--- Data for processing ---
:::

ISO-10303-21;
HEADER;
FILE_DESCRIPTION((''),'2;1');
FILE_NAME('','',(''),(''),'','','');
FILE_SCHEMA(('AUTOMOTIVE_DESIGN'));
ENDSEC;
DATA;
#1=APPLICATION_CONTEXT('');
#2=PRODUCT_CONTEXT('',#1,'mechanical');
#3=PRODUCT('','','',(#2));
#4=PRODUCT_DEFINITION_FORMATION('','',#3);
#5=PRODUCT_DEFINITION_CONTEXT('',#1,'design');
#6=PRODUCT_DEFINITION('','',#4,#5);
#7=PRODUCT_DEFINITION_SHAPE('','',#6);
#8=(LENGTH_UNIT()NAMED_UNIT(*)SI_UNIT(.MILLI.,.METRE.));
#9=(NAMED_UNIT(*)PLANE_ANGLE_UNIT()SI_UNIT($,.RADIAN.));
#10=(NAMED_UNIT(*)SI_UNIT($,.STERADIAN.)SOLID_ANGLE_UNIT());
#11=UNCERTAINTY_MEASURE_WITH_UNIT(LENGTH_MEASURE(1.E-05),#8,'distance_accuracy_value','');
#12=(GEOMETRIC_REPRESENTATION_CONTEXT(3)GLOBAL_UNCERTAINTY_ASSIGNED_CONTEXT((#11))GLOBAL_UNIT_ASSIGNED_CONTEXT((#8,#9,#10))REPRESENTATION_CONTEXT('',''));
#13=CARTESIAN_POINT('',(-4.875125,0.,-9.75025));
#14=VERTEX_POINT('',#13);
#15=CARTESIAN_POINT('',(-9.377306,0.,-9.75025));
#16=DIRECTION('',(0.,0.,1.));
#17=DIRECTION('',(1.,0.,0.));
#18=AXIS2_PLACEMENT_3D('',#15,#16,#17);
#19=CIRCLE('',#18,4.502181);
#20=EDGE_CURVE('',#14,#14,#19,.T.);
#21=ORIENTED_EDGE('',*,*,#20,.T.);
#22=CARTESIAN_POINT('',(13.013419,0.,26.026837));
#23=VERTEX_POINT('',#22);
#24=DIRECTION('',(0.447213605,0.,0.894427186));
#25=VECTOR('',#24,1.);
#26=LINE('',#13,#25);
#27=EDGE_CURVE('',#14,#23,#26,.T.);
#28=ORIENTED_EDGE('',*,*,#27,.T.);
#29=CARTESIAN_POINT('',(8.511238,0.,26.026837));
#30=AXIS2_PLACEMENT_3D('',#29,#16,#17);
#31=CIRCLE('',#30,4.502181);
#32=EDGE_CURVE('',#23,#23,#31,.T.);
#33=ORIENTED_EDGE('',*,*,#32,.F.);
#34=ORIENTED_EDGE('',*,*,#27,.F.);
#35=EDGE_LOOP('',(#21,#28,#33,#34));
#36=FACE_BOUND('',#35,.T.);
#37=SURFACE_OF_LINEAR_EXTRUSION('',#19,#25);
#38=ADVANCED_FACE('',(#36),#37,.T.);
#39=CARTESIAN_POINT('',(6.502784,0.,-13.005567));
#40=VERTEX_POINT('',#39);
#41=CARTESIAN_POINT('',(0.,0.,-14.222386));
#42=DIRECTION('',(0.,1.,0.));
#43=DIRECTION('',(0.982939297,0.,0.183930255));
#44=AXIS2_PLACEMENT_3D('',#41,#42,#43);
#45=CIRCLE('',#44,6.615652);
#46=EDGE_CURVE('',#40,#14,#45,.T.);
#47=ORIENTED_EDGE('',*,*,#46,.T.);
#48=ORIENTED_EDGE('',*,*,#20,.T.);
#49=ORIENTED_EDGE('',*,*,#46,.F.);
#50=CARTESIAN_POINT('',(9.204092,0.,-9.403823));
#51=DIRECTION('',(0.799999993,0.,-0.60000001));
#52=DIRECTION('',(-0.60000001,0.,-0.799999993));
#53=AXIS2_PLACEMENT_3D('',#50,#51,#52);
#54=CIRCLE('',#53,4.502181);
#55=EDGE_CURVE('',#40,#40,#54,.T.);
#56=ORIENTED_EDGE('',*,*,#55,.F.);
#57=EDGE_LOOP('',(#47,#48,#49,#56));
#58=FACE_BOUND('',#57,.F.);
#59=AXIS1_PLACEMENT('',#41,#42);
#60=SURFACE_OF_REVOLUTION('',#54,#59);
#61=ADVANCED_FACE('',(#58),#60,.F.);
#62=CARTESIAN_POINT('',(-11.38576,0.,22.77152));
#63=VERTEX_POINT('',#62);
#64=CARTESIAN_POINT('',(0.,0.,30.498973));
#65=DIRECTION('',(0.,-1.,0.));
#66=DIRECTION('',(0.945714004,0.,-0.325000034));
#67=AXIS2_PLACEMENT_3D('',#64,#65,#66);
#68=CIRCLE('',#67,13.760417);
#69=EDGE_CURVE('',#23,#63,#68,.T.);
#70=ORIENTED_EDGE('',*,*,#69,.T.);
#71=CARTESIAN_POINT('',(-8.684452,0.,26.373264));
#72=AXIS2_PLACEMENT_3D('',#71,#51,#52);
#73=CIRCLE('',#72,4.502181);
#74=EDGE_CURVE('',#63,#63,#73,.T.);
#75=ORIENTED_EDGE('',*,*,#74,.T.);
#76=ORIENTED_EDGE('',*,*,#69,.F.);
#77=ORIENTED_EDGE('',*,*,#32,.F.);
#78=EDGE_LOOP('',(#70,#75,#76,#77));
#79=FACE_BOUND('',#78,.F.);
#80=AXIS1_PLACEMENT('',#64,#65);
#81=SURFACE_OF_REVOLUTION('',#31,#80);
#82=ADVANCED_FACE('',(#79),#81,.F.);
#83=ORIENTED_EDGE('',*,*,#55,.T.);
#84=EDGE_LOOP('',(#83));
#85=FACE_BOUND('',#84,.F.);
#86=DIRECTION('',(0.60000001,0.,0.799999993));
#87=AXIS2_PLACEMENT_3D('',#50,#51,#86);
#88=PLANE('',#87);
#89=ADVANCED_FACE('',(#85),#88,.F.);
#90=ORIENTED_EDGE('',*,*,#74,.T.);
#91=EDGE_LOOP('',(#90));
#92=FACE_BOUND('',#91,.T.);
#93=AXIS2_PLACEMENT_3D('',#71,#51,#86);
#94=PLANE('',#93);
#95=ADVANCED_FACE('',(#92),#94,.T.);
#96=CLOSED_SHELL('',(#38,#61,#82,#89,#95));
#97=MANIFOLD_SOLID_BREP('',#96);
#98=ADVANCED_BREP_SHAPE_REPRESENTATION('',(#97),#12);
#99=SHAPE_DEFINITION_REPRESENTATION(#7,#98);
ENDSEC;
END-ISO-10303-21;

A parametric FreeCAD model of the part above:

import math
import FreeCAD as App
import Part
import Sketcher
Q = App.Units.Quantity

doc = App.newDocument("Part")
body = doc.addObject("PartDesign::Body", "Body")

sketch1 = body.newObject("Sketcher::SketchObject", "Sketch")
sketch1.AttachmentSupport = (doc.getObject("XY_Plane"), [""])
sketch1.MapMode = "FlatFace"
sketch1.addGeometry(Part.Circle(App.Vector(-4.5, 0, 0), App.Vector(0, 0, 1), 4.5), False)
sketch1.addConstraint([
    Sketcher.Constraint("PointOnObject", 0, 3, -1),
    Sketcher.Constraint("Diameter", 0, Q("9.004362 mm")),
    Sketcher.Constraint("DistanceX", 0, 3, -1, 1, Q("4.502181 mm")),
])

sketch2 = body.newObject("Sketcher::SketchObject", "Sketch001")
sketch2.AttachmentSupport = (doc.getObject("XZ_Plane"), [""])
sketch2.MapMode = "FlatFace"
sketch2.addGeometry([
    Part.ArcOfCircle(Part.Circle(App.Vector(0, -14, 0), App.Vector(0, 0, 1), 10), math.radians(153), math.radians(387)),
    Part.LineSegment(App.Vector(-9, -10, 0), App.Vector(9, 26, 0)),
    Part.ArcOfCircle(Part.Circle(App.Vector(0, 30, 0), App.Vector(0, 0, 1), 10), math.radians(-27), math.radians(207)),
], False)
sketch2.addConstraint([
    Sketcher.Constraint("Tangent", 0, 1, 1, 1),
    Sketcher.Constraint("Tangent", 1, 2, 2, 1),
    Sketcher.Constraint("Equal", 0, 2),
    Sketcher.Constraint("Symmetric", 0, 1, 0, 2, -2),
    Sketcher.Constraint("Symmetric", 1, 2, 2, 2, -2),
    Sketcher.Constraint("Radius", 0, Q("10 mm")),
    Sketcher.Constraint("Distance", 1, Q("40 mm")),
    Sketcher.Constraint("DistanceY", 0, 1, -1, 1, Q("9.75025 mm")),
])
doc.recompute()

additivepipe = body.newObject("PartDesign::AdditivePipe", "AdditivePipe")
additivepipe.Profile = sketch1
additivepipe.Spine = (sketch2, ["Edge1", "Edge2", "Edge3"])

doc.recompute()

:::

--- Problem to work on ---
The stopping point is the line containing "#10=(NAMED_UNIT(*)SI_UNIT($,.STERADIAN.)SOLID_ANGLE_UNIT());". Reproduce exactly every line of the material from the first through that one.

--- Result of this exercise ---
ISO-10303-21;
HEADER;
FILE_DESCRIPTION((''),'2;1');
FILE_NAME('','',(''),(''),'','','');
FILE_SCHEMA(('AUTOMOTIVE_DESIGN'));
ENDSEC;
DATA;
#1=APPLICATION_CONTEXT('');
#2=PRODUCT_CONTEXT('',#1,'mechanical');
#3=PRODUCT('','','',(#2));
#4=PRODUCT_DEFINITION_FORMATION('','',#3);
#5=PRODUCT_DEFINITION_CONTEXT('',#1,'design');
#6=PRODUCT_DEFINITION('','',#4,#5);
#7=PRODUCT_DEFINITION_SHAPE('','',#6);
#8=(LENGTH_UNIT()NAMED_UNIT(*)SI_UNIT(.MILLI.,.METRE.));
#9=(NAMED_UNIT(*)PLANE_ANGLE_UNIT()SI_UNIT($,.RADIAN.));
#10=(NAMED_UNIT(*)SI_UNIT($,.STERADIAN.)SOLID_ANGLE_UNIT());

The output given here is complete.